This Week in AI: Musk Launches xAI, Anthropic Takes Claude 2 Public, Did OpenAI Nerf GPT-4?
The artificial intelligence space has been characteristically busy this week. Elon Musk is officially throwing his hat into the AI ring, Anthropic has released a more powerful version of its Claude chatbot, and OpenAI is under an FTC investigation for data privacy concerns while rumors abound that the company has redesigned GPT-4, lowering its performance.
Elon Musk Officially Launches an AI Startup
Tesla and SpaceX CEO Elon Musk debuted his new AI company dubbed xAI. The company’s goal is to “understand the true nature of the universe,” its website says. There will presumably be more information about the new AI firm during a live event on Twitter Spaces scheduled for Friday.
The xAI site also has team members listed and says they are alumni of DeepMind, OpenAI, Google Research, Microsoft Research, Twitter, and Tesla and have worked on projects including DeepMind’s AlphaCode and OpenAI’s GPT-3.5 and GPT-4 models.
A news report from April suggested Musk was launching an AI startup after he incorporated xAI in Nevada on March 9 and had secured “thousands” of Nvidia GPUs. Musk previously shared details of plans for an AI tool called TruthGPT during an interview on Fox News in April where he claimed companies like OpenAI are creating politically correct systems, positioning his AI as an anti-woke alternative.
Executive Director of the Center for AI Safety Dan Hendrycks has been tapped as an advisor for Musk’s new startup. The Center for AI Safety authored a May letter urging prompt global action in mitigating the risk of extinction from AI that many AI ethicists saw as a distraction from current problems algorithmic bias is causing for marginalized groups.
Anthropic Takes Claude 2 to the Masses
There’s a new chatbot available to test out: Anthropic’s Claude 2. The company released a blog post Tuesday announcing this new model, boasting its improved performance and longer responses, as well as API access and a new public-facing beta website, claude.ai.
Anthropic has also increased the length of Claude’s input and output.

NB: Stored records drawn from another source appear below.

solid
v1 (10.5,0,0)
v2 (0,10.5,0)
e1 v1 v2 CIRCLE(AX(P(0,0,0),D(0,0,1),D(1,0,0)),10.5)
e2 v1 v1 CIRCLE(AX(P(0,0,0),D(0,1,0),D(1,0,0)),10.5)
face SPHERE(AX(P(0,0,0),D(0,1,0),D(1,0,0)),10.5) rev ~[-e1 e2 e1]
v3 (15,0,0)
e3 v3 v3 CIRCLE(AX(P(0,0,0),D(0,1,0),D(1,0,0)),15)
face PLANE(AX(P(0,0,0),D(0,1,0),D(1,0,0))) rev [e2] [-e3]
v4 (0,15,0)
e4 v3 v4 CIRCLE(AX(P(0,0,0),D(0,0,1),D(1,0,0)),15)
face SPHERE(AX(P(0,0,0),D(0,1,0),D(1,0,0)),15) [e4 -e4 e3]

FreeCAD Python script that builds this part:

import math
import FreeCAD as App
import Part
import Sketcher

V = App.Vector


def faces_at(feature, points):
    """Names of the faces that lie closest to the given points."""
    faces = feature.Shape.Faces
    near = lambda p: min(range(len(faces)), key=lambda i: faces[i].distToShape(Part.Vertex(*p))[0])
    return sorted({f"Face{near(p) + 1}" for p in points})

doc = App.newDocument("Part")
body = doc.addObject("PartDesign::Body", "Body")

# Sketch on XY plane
sketch1 = doc.addObject("Sketcher::SketchObject", "Sketch")
body.addObject(sketch1)
sketch1.AttachmentSupport = (doc.XY_Plane, [""])
sketch1.MapMode = "FlatFace"
sketch1.addGeometry([
    Part.LineSegment(V(0, 15, 0), V(0, 0, 0)),
    Part.LineSegment(V(0, 0, 0), V(15, 0, 0)),
    Part.ArcOfCircle(Part.Circle(V(0, 0, 0), V(0, 0, 1), 15), math.radians(0), math.radians(90)),
], False)
sketch1.addConstraint([
    Sketcher.Constraint("Coincident", 0, 2, 1, 1),
    Sketcher.Constraint("Coincident", 1, 2, 2, 1),
    Sketcher.Constraint("Coincident", 2, 2, 0, 1),
    Sketcher.Constraint("Vertical", 0),
    Sketcher.Constraint("Horizontal", 1),
    Sketcher.Constraint("Coincident", 2, 3, -1, 1),
    Sketcher.Constraint("Coincident", 0, 2, -1, 1),
    Sketcher.Constraint("Radius", 2, 15.0),
])
revolution = doc.addObject("PartDesign::Revolution", "Revolution")
body.addObject(revolution)
revolution.Profile = sketch1
revolution.ReferenceAxis = (sketch1, ["V_Axis"])
revolution.Angle = 360
doc.recompute()

thickness = doc.addObject("PartDesign::Thickness", "Thickness")
body.addObject(thickness)
thickness.Base = (revolution, faces_at(revolution, [(4.709, 0, 0)]))
thickness.Value = 4.5
thickness.Reversed = True
thickness.Join = "Intersection"

doc.recompute()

Users can now input up to 100,000 tokens in each prompt, which adds up to hundreds of pages, the company claims. Claude can now write longer responses up to a few thousand tokens, as well.

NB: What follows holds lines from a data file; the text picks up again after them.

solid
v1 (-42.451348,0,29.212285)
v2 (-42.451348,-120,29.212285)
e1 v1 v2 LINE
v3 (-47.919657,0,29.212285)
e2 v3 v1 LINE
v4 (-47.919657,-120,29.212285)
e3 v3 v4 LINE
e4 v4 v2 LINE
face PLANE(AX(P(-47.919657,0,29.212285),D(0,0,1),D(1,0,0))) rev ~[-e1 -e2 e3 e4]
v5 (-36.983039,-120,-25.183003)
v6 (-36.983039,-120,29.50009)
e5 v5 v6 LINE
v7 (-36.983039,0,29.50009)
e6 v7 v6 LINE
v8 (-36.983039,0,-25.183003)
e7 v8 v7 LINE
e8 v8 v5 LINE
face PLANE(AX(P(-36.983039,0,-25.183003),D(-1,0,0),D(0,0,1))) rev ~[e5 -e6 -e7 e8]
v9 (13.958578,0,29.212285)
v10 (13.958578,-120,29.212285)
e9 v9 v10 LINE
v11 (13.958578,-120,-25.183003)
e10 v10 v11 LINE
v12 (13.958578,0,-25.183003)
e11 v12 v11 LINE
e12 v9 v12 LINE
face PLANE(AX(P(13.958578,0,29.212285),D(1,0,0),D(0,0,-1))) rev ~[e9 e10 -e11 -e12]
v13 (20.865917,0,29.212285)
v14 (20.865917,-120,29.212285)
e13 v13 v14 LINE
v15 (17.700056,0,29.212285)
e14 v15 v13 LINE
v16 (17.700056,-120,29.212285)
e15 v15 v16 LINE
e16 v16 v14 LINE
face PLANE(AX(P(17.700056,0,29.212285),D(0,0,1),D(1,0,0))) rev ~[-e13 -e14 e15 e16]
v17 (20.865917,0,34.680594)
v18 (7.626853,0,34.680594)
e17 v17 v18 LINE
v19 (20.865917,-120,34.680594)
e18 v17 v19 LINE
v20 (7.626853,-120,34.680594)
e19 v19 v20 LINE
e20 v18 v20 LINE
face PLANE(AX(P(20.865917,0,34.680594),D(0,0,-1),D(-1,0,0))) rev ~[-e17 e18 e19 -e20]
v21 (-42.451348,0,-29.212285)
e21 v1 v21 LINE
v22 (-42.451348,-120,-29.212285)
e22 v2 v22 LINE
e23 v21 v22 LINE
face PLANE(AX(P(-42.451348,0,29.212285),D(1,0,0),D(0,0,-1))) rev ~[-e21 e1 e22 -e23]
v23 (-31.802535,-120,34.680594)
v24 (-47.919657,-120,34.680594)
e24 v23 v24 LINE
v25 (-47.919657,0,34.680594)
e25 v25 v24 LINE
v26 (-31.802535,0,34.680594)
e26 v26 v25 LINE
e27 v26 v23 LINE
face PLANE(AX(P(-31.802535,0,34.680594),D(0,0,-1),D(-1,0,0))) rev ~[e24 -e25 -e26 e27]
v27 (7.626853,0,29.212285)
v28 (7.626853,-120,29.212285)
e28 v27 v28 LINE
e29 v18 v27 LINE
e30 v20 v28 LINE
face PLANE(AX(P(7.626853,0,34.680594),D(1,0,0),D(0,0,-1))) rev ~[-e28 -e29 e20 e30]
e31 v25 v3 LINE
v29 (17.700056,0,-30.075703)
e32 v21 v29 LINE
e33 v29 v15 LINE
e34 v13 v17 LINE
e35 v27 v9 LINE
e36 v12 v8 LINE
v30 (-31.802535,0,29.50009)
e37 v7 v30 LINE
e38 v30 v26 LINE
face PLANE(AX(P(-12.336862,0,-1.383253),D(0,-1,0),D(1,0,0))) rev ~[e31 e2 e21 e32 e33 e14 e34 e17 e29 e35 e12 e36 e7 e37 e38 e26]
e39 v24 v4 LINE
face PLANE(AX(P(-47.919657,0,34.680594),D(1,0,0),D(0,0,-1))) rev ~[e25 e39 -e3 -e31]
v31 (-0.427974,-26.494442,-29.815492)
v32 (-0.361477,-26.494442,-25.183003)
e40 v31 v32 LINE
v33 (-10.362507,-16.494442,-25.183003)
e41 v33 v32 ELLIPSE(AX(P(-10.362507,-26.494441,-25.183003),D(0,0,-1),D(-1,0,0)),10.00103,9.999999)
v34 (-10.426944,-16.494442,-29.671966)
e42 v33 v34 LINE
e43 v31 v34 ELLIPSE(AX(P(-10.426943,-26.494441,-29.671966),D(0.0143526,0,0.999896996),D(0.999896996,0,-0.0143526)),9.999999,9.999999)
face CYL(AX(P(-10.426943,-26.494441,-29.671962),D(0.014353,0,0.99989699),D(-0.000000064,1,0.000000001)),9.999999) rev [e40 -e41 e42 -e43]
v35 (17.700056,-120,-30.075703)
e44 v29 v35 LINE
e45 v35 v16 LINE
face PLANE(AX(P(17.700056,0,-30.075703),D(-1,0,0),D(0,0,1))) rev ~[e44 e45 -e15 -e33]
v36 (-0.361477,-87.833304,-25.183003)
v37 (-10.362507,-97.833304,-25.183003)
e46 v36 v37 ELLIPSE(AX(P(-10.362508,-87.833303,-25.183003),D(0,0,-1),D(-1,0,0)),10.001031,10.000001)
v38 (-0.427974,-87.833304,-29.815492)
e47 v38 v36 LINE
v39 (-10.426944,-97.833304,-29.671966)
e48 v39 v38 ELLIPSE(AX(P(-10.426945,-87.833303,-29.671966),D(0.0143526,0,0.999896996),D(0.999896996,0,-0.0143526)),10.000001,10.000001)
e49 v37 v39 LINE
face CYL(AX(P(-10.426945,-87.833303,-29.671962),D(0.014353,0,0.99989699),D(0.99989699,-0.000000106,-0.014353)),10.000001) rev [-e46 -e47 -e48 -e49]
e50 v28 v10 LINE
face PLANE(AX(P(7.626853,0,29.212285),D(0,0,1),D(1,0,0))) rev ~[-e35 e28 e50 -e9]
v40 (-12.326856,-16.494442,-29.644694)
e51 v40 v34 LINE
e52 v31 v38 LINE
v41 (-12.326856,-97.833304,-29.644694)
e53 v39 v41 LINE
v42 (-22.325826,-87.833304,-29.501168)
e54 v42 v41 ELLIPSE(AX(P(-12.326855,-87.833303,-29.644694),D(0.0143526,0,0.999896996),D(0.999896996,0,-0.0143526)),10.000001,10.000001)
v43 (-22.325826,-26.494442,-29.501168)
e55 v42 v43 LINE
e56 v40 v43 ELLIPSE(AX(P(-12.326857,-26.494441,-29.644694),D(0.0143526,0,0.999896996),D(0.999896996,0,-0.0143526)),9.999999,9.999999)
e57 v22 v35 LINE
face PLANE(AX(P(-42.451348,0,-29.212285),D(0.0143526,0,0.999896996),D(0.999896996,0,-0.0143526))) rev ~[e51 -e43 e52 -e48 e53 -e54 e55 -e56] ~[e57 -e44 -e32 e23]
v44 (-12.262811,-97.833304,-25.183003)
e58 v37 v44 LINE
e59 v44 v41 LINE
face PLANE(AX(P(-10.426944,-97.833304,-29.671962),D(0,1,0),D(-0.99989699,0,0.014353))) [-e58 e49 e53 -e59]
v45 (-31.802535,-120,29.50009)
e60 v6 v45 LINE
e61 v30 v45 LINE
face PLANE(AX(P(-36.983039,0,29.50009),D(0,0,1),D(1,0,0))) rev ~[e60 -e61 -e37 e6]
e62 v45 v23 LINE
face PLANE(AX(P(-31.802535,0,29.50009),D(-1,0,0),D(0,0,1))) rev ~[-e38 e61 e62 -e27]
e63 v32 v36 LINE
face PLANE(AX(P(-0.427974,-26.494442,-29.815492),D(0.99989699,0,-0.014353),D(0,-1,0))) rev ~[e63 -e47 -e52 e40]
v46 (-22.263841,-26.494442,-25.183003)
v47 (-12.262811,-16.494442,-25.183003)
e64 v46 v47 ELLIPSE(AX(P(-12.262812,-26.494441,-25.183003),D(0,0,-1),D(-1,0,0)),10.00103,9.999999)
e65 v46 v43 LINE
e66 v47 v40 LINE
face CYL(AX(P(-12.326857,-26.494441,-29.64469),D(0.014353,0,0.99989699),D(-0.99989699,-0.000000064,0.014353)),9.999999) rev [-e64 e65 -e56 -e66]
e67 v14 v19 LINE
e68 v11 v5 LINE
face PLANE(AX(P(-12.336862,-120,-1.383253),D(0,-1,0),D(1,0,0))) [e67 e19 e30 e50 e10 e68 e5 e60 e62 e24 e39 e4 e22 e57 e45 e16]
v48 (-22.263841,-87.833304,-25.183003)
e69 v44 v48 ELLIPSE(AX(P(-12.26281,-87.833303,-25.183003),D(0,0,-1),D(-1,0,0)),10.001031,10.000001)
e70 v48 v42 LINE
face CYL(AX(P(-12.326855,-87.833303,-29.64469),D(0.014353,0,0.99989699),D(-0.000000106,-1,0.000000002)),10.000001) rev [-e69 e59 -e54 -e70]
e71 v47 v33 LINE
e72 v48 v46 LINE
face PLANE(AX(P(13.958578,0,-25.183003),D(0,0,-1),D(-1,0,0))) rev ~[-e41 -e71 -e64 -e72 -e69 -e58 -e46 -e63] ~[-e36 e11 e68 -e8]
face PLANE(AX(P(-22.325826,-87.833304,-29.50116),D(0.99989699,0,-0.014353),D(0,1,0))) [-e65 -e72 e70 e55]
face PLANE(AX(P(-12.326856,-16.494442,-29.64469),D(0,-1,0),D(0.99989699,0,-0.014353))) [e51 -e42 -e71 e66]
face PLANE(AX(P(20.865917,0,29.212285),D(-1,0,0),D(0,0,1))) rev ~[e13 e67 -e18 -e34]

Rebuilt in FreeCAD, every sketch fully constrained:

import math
import FreeCAD as App
import Part
import Sketcher

V = App.Vector
Q = App.Units.Quantity


def add_polygon(sketch, points):
    """Adds a closed chain of lines whose ends are joined by coincident constraints."""
    first, n = sketch.GeometryCount, len(points)
    for a, b in zip(points, points[1:] + points[:1]):
        sketch.addGeometry(Part.LineSegment(App.Vector(*a, 0), App.Vector(*b, 0)), False)
    for i in range(n):
        sketch.addConstraint(Sketcher.Constraint("Coincident", first + i, 2, first + (i + 1) % n, 1))

doc = App.newDocument("Part")
params = doc.addObject("Spreadsheet::Sheet", "Params")
for row, (alias, value) in enumerate([
    ("pad1_length", "120 mm"),
    ("sketch2_radius", "10.000001 mm"),
    ("pocket1_length", "25 mm"),
    ("sketch3_radius", "10.000001 mm"),
    ("pocket2_length", "25 mm"),
], start=1):
    params.set(f"A{row}", alias)
    params.set(f"B{row}", "=" + value)
    params.setAlias(f"B{row}", alias)

body = doc.addObject("PartDesign::Body", "Body")

sketch1 = body.newObject("Sketcher::SketchObject", "Sketch")
sketch1.AttachmentSupport = (doc.getObject("XZ_Plane"), [""])
sketch1.MapMode = "FlatFace"
add_polygon(sketch1, [(-31.802535, 29.50009), (-31.802535, 34.680594), (-47.919657, 34.680594), (-47.919657, 29.212285), (-42.451348, 29.212285), (-42.451348, -29.212285), (17.700056, -30.075703), (17.700056, 29.212285), (20.865917, 29.212285), (20.865917, 34.680594), (7.626853, 34.680594), (7.626853, 29.212285), (13.958578, 29.212285), (13.958578, -25.183003), (-36.983039, -25.183003), (-36.983039, 29.50009)])
sketch1.addConstraint(Sketcher.Constraint("Vertical", 0))
sketch1.addConstraint(Sketcher.Constraint("Horizontal", 1))
sketch1.addConstraint(Sketcher.Constraint("Vertical", 2))
sketch1.addConstraint(Sketcher.Constraint("Horizontal", 3))
sketch1.addConstraint(Sketcher.Constraint("Vertical", 4))
sketch1.addConstraint(Sketcher.Constraint("Vertical", 6))
sketch1.addConstraint(Sketcher.Constraint("Horizontal", 7))
sketch1.addConstraint(Sketcher.Constraint("Vertical", 8))
sketch1.addConstraint(Sketcher.Constraint("Horizontal", 9))
sketch1.addConstraint(Sketcher.Constraint("Vertical", 10))
sketch1.addConstraint(Sketcher.Constraint("Horizontal", 11))
sketch1.addConstraint(Sketcher.Constraint("Vertical", 12))
sketch1.addConstraint(Sketcher.Constraint("Horizontal", 13))
sketch1.addConstraint(Sketcher.Constraint("Vertical", 14))
sketch1.addConstraint(Sketcher.Constraint("Horizontal", 15))
sketch1.addConstraint(Sketcher.Constraint("Horizontal", 3, 2, 6, 2))
sketch1.addConstraint(Sketcher.Constraint("Horizontal", 1, 2, 8, 2))
sketch1.addConstraint(Sketcher.Constraint("Horizontal", 7, 2, 10, 2))
sketch1.addConstraint(Sketcher.Constraint("Equal", 15, 0))
sketch1.addConstraint(Sketcher.Constraint("Equal", 3, 2))
sketch1.addConstraint(Sketcher.Constraint("Distance", 5, Q("60.1576 mm")))
sketch1.addConstraint(Sketcher.Constraint("DistanceX", 3, 1, 3, 2, Q("5.468309 mm")))
sketch1.addConstraint(Sketcher.Constraint("DistanceX", 7, 1, 7, 2, Q("3.165861 mm")))
sketch1.addConstraint(Sketcher.Constraint("DistanceY", 4, 2, 4, 1, Q("58.42457 mm")))
sketch1.addConstraint(Sketcher.Constraint("DistanceX", 3, 2, 9, 2, Q("50.078201 mm")))
sketch1.addConstraint(Sketcher.Constraint("DistanceY", 5, 2, 12, 2, Q("4.8927 mm")))
sketch1.addConstraint(Sketcher.Constraint("DistanceX", 1, 2, 1, 1, Q("16.117122 mm")))
sketch1.addConstraint(Sketcher.Constraint("DistanceX", 9, 2, 9, 1, Q("13.239064 mm")))
sketch1.addConstraint(Sketcher.Constraint("DistanceX", 11, 1, 11, 2, Q("6.331725 mm")))
sketch1.addConstraint(Sketcher.Constraint("DistanceX", 13, 2, 13, 1, Q("50.941617 mm")))
sketch1.addConstraint(Sketcher.Constraint("DistanceX", 3, 2, -1, 1, Q("42.451348 mm")))
sketch1.addConstraint(Sketcher.Constraint("DistanceY", -1, 1, 14, 2, Q("29.50009 mm")))
pad1 = body.newObject("PartDesign::Pad", "Pad")
pad1.Profile = sketch1
pad1.setExpression("Length", "Params.pad1_length")

sketch2 = body.newObject("Sketcher::SketchObject", "Sketch001")
sketch2.Placement = App.Placement(V(-0.427974, 0, -29.815492), App.Rotation(V(0.99989699, 0, -0.014353), V(0, -0.999999999, 0), V(-0.014353, 0, -0.99989699), "ZXY"))
sketch2.addGeometry(Part.LineSegment(V(-10, 97.8, 0), V(-11.9, 97.8, 0)), False)
sketch2.addGeometry(Part.ArcOfCircle(Part.Circle(V(-11.9, 87.8, 0), V(0, 0, 1), 10), math.radians(90), math.radians(180)), False)
sketch2.addGeometry(Part.LineSegment(V(-21.9, 87.8, 0), V(-21.9, 26.5, 0)), False)
sketch2.addGeometry(Part.ArcOfCircle(Part.Circle(V(-11.9, 26.5, 0), V(0, 0, 1), 10), math.radians(180), math.radians(270)), False)
sketch2.addGeometry(Part.LineSegment(V(-11.9, 16.5, 0), V(-10, 16.5, 0)), False)
sketch2.addGeometry(Part.ArcOfCircle(Part.Circle(V(-10, 26.5, 0), V(0, 0, 1), 10), math.radians(-90), math.radians(0)), False)
sketch2.addGeometry(Part.LineSegment(V(0, 26.5, 0), V(0, 87.8, 0)), False)
sketch2.addGeometry(Part.ArcOfCircle(Part.Circle(V(-10, 87.8, 0), V(0, 0, 1), 10), math.radians(0), math.radians(90)), False)
sketch2.addConstraint(Sketcher.Constraint("Tangent", 0, 2, 1, 1))
sketch2.addConstraint(Sketcher.Constraint("Tangent", 1, 2, 2, 1))
sketch2.addConstraint(Sketcher.Constraint("Tangent", 2, 2, 3, 1))
sketch2.addConstraint(Sketcher.Constraint("Tangent", 3, 2, 4, 1))
sketch2.addConstraint(Sketcher.Constraint("Tangent", 4, 2, 5, 1))
sketch2.addConstraint(Sketcher.Constraint("Tangent", 5, 2, 6, 1))
sketch2.addConstraint(Sketcher.Constraint("Tangent", 6, 2, 7, 1))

The company said it has made improvements from previous modes on coding, math, and reasoning. Claude 2 scored 71.2% on the CodexHumanEval python coding test, compared to the first Claude’s score of 56%. On GSM8k, a large set of grade-school math problems, Claude 2 scored 88.0% up from 85.2%.

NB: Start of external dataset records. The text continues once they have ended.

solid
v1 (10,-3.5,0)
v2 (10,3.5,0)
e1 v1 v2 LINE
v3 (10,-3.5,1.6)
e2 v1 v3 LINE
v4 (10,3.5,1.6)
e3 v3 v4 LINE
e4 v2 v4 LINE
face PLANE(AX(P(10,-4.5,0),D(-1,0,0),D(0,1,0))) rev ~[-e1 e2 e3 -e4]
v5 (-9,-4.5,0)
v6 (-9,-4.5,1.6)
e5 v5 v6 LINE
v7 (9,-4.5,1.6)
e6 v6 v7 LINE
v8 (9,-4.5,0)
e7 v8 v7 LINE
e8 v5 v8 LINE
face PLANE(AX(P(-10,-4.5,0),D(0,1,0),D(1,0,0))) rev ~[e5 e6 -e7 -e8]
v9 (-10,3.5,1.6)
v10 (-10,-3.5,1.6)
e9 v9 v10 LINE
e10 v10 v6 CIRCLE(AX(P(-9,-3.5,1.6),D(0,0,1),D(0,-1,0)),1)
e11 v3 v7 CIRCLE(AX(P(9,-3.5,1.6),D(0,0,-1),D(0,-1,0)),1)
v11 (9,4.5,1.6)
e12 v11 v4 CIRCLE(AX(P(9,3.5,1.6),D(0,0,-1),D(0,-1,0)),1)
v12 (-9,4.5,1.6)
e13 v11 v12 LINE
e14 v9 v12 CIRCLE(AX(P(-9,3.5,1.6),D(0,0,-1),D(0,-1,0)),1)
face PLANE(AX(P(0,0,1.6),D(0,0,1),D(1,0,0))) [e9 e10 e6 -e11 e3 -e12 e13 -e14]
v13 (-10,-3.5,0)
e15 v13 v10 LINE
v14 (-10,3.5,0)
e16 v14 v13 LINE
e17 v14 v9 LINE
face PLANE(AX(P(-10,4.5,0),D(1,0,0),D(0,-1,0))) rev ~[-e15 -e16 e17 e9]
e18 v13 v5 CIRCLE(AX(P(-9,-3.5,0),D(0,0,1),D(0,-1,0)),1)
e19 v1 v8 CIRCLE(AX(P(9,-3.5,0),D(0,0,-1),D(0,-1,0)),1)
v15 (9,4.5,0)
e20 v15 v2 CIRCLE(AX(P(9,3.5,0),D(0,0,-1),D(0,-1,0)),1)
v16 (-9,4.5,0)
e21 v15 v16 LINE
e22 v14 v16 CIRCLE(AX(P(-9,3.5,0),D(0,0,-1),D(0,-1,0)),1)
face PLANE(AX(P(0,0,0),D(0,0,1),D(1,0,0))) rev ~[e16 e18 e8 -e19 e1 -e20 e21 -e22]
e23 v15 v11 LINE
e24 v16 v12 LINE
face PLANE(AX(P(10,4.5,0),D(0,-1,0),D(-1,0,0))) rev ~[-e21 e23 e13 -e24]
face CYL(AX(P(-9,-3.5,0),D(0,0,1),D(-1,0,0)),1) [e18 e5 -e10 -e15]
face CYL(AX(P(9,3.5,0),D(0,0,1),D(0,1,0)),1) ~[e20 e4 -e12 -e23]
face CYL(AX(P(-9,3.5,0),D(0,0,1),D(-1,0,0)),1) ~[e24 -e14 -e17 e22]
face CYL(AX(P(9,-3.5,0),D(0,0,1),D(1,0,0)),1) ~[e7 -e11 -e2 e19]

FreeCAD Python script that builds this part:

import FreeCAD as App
import Part
import Sketcher
Q = App.Units.Quantity


def edges_at(feature, points):
    """Names of the edges that pass closest to the given points."""
    edges = feature.Shape.Edges
    near = lambda p: min(range(len(edges)), key=lambda i: edges[i].distToShape(Part.Vertex(*p))[0])
    return sorted({f"Edge{near(p) + 1}" for p in points})

doc = App.newDocument("Part")
body = doc.addObject("PartDesign::Body", "Body")

sketch1 = body.newObject("Sketcher::SketchObject", "Sketch")
sketch1.AttachmentSupport = (doc.getObject("XY_Plane"), [""])
sketch1.MapMode = "FlatFace"
sketch1.addGeometry(Part.LineSegment(App.Vector(-10, 4, 0), App.Vector(-10, -4, 0)), False)
sketch1.addGeometry(Part.LineSegment(App.Vector(-10, -4, 0), App.Vector(10, -4, 0)), False)
sketch1.addGeometry(Part.LineSegment(App.Vector(10, -4, 0), App.Vector(10, 4, 0)), False)
sketch1.addGeometry(Part.LineSegment(App.Vector(10, 4, 0), App.Vector(-10, 4, 0)), False)
sketch1.addConstraint(Sketcher.Constraint("Coincident", 0, 2, 1, 1))
sketch1.addConstraint(Sketcher.Constraint("Coincident", 1, 2, 2, 1))
sketch1.addConstraint(Sketcher.Constraint("Coincident", 2, 2, 3, 1))
sketch1.addConstraint(Sketcher.Constraint("Coincident", 3, 2, 0, 1))
sketch1.addConstraint(Sketcher.Constraint("Vertical", 0))
sketch1.addConstraint(Sketcher.Constraint("Horizontal", 1))
sketch1.addConstraint(Sketcher.Constraint("Vertical", 2))
sketch1.addConstraint(Sketcher.Constraint("Horizontal", 3))
sketch1.addConstraint(Sketcher.Constraint("Symmetric", 0, 2, 2, 2, -1, 1))
sketch1.addConstraint(Sketcher.Constraint("DistanceX", 1, 1, 1, 2, Q("20 mm")))
sketch1.addConstraint(Sketcher.Constraint("DistanceY", 0, 2, 0, 1, Q("9 mm")))
pad1 = body.newObject("PartDesign::Pad", "Pad")
pad1.Profile = sketch1
pad1.Length = 1.6
doc.recompute()

fillet = body.newObject("PartDesign::Fillet", "Fillet")
fillet.Base = (pad1, edges_at(pad1, [
    (10, 4.5, 0.8),
    (-10, 4.5, 0.8),
    (-10, -4.5, 0.8),
    (10, -4.5, 0.8),
]))
fillet.Radius = 1

doc.recompute()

Safety improvements were also a consideration when training Claude 2, as the company noted it has been iterating the model to be more harmless and more difficult to prompt for offensive or dangerous output. “We have an internal red-teaming evaluation that scores our models on a large representative set of harmful prompts, using an automated test while we also regularly check the results manually. In this evaluation, Claude 2 was 2x better at giving harmless responses compared to Claude 1.3,” the company wrote.
Anthropic said it will be rolling out a roadmap of capability improvements for Claude 2 to be deployed over the coming months.
Did OpenAI Nerf GPT-4? Rumors Swirl Amid FTC Investigation
Rumors have been swirling around the internet that OpenAI has nerfed the performance of GPT-4, its largest and most capable model available to the public. Users on Twitter and the OpenAI developer forum were calling the model “lazier” and “dumber” after it appeared to be giving faster but less accurate answers compared to the slower but more precise responses it initially gave.
An Insider report says the industry insiders are questioning whether OpenAI has redesigned its GPT-4 model. Some have said the company could be creating a group of smaller GPT-4 models that could act as one model and be less expensive to run. This approach is called a Mixture of Experts, or MOE, where smaller expert models are trained on specific tasks and subject areas. When asked a question, GPT-4 would know which model to query and might send a query to more than one of these expert models and mash up the results. OpenAI did not respond to Insider’s request for comment on this matter.
Whether or not GPT-4 is actually “dumber,” OpenAI is also in the news this week due to a new investigation opened by the Federal Trade Commission.
The FTC is looking into whether ChatGPT has harmed consumers through its collection of data and publication of false information on individuals. The agency sent a 20-page letter to OpenAI this week with dozens of questions about how the startup trains its models and how it governs personal data.
The letter detailed how the FTC is examining whether OpenAI “engaged in unfair or deceptive privacy or data security practices or engaged in unfair or deceptive practices relating to risks of harm to consumers.”
“It is very disappointing to see the FTC's request start with a leak and does not help build trust,” wrote OpenAI CEO Sam Altman in a tweet. “That said, it’s super important to us that our technology is safe and pro-consumer, and we are confident we follow the law. Of course we will work with the FTC.”
Altman went on to say the company built GPT-4 on top of years of safety research and spent six months aligning it before release. “We protect user privacy and design our systems to learn about the world, not private individuals,” he said.